● DIRECTIONS:
Once the line containing "FILE_NAME('','',(''),(''),'','','');" is found in the entries below, restate it and each following line word for word, stopping after the line containing "#36=ORIENTED_EDGE('',*,*,#35,.T.);".

Collected data entries
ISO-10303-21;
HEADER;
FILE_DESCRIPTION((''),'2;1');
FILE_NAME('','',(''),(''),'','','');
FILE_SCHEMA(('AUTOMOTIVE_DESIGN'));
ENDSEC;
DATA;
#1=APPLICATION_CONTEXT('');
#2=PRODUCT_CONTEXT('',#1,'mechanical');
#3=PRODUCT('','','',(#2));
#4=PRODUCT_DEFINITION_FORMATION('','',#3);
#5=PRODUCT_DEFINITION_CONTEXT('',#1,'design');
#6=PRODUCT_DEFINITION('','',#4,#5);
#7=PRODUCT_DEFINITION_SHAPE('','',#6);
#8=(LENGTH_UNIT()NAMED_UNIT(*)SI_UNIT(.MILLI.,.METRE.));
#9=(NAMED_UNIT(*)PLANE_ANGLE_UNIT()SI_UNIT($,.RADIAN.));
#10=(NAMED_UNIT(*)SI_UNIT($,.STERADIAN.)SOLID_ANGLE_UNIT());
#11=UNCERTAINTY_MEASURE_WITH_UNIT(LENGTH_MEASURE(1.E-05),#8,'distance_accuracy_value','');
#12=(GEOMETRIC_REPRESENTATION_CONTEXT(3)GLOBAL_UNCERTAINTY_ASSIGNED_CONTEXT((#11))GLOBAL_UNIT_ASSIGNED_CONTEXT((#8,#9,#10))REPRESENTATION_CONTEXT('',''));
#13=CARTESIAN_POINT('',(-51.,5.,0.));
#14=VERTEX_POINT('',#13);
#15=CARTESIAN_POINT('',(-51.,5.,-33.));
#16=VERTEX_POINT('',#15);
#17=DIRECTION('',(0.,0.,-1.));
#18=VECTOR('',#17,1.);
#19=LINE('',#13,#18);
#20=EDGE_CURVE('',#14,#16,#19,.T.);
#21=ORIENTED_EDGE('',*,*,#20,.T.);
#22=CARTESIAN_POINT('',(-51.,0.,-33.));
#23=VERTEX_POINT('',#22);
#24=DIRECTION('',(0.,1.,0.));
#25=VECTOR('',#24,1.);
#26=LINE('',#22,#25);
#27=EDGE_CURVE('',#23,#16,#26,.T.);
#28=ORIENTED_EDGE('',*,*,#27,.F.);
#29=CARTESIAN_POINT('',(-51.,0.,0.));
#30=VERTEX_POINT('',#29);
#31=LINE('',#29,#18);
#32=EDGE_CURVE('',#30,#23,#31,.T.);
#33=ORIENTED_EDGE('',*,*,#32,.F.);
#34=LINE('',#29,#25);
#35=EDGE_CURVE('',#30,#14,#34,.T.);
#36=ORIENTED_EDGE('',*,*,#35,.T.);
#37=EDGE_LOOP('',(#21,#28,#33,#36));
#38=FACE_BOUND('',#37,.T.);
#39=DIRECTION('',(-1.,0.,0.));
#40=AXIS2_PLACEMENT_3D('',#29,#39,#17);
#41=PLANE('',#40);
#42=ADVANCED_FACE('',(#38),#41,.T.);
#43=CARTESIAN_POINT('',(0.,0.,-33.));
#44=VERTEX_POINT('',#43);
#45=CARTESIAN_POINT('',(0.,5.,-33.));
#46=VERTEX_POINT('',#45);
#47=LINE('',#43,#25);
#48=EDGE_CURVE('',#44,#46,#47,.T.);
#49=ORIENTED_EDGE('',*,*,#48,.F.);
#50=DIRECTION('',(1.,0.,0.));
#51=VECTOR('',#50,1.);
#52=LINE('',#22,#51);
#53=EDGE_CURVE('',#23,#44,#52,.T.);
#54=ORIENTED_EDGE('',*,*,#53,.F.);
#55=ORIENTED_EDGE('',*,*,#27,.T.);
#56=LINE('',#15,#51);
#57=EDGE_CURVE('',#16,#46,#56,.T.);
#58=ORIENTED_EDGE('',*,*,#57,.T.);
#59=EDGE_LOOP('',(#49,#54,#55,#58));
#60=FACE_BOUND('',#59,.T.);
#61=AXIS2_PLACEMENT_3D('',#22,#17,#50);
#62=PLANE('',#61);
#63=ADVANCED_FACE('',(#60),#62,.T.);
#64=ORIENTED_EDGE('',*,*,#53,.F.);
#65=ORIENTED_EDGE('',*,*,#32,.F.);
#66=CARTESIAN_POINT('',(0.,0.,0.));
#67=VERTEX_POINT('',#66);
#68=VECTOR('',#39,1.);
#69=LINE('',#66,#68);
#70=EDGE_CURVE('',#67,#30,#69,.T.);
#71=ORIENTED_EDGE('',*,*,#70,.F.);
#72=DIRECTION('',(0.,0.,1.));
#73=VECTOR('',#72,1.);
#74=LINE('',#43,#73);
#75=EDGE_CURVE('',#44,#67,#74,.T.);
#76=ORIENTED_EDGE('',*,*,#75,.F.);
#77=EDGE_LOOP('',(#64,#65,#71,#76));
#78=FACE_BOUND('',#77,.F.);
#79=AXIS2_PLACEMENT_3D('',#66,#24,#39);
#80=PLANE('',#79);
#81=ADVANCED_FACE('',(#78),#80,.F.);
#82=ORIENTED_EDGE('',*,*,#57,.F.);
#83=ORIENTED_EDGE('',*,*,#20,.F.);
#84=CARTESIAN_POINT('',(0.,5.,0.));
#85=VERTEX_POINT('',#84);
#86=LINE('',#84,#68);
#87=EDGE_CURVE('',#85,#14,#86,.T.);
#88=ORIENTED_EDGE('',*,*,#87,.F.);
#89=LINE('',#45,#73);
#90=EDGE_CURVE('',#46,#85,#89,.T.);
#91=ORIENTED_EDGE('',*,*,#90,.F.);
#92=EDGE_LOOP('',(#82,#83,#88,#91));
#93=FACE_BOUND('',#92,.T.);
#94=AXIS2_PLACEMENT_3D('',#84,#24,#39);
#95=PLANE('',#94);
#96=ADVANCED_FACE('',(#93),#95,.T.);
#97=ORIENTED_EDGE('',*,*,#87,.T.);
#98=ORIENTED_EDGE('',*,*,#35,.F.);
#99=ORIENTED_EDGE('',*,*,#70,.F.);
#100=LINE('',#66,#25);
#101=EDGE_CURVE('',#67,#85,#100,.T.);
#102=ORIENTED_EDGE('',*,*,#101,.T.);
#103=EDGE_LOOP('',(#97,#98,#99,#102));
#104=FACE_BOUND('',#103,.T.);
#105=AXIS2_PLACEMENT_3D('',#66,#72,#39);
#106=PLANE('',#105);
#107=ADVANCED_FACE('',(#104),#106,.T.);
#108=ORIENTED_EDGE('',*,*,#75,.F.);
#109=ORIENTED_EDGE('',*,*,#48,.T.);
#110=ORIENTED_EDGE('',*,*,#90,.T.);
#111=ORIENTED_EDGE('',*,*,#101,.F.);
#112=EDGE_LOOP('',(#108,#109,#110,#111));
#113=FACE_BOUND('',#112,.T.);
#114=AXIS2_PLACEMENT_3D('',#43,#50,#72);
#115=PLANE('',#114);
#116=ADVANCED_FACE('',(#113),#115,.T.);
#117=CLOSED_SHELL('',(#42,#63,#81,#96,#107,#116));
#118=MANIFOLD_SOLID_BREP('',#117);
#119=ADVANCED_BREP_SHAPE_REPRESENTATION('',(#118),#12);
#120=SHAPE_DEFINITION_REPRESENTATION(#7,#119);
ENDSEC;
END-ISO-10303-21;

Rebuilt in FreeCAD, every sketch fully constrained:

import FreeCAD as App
import Part
import Sketcher
from FreeCAD import Vector


def add_polygon(sketch, points):
    """Adds a closed chain of lines whose ends are joined by coincident constraints."""
    first, n = sketch.GeometryCount, len(points)
    for a, b in zip(points, points[1:] + points[:1]):
        sketch.addGeometry(Part.LineSegment(App.Vector(*a, 0), App.Vector(*b, 0)), False)
    for i in range(n):
        sketch.addConstraint(Sketcher.Constraint("Coincident", first + i, 2, first + (i + 1) % n, 1))

doc = App.newDocument("Part")
params = doc.addObject("Spreadsheet::Sheet", "Params")
for row, (alias, value) in enumerate([
    ("sketch1_width", "51 mm"),
    ("sketch1_height", "33 mm"),
    ("pad1_length", "5 mm"),
], start=1):
    params.set(f"A{row}", alias)
    params.set(f"B{row}", "=" + value)
    params.setAlias(f"B{row}", alias)

body = doc.addObject("PartDesign::Body", "Body")

# Sketch on XZ plane
sketch1 = doc.addObject("Sketcher::SketchObject", "Sketch")
body.addObject(sketch1)
sketch1.AttachmentSupport = (doc.XZ_Plane, [""])
sketch1.MapMode = "FlatFace"
add_polygon(sketch1, [(-51, 0), (0, 0), (0, -33), (-51, -33)])  # lines 0-3
sketch1.addConstraint([
    Sketcher.Constraint("Horizontal", 0),
    Sketcher.Constraint("Vertical", 1),
    Sketcher.Constraint("Horizontal", 2),
    Sketcher.Constraint("Vertical", 3),
    Sketcher.Constraint("Coincident", 0, 2, -1, 1),
    Sketcher.Constraint("DistanceX", 0, 1, 0, 2, 51.0),
    Sketcher.Constraint("DistanceY", 1, 2, 1, 1, 33.0),
])
sketch1.setExpression("Constraints[9]", "Params.sketch1_width")
sketch1.setExpression("Constraints[10]", "Params.sketch1_height")
pad1 = doc.addObject("PartDesign::Pad", "Pad")
body.addObject(pad1)
pad1.Profile = sketch1
pad1.setExpression("Length", "Params.pad1_length")
pad1.Reversed = True

doc.recompute()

● ANSWER FOR THIS EXERCISE:
FILE_NAME('','',(''),(''),'','','');
FILE_SCHEMA(('AUTOMOTIVE_DESIGN'));
ENDSEC;
DATA;
#1=APPLICATION_CONTEXT('');
#2=PRODUCT_CONTEXT('',#1,'mechanical');
#3=PRODUCT('','','',(#2));
#4=PRODUCT_DEFINITION_FORMATION('','',#3);
#5=PRODUCT_DEFINITION_CONTEXT('',#1,'design');
#6=PRODUCT_DEFINITION('','',#4,#5);
#7=PRODUCT_DEFINITION_SHAPE('','',#6);
#8=(LENGTH_UNIT()NAMED_UNIT(*)SI_UNIT(.MILLI.,.METRE.));
#9=(NAMED_UNIT(*)PLANE_ANGLE_UNIT()SI_UNIT($,.RADIAN.));
#10=(NAMED_UNIT(*)SI_UNIT($,.STERADIAN.)SOLID_ANGLE_UNIT());
#11=UNCERTAINTY_MEASURE_WITH_UNIT(LENGTH_MEASURE(1.E-05),#8,'distance_accuracy_value','');
#12=(GEOMETRIC_REPRESENTATION_CONTEXT(3)GLOBAL_UNCERTAINTY_ASSIGNED_CONTEXT((#11))GLOBAL_UNIT_ASSIGNED_CONTEXT((#8,#9,#10))REPRESENTATION_CONTEXT('',''));
#13=CARTESIAN_POINT('',(-51.,5.,0.));
#14=VERTEX_POINT('',#13);
#15=CARTESIAN_POINT('',(-51.,5.,-33.));
#16=VERTEX_POINT('',#15);
#17=DIRECTION('',(0.,0.,-1.));
#18=VECTOR('',#17,1.);
#19=LINE('',#13,#18);
#20=EDGE_CURVE('',#14,#16,#19,.T.);
#21=ORIENTED_EDGE('',*,*,#20,.T.);
#22=CARTESIAN_POINT('',(-51.,0.,-33.));
#23=VERTEX_POINT('',#22);
#24=DIRECTION('',(0.,1.,0.));
#25=VECTOR('',#24,1.);
#26=LINE('',#22,#25);
#27=EDGE_CURVE('',#23,#16,#26,.T.);
#28=ORIENTED_EDGE('',*,*,#27,.F.);
#29=CARTESIAN_POINT('',(-51.,0.,0.));
#30=VERTEX_POINT('',#29);
#31=LINE('',#29,#18);
#32=EDGE_CURVE('',#30,#23,#31,.T.);
#33=ORIENTED_EDGE('',*,*,#32,.F.);
#34=LINE('',#29,#25);
#35=EDGE_CURVE('',#30,#14,#34,.T.);
#36=ORIENTED_EDGE('',*,*,#35,.T.);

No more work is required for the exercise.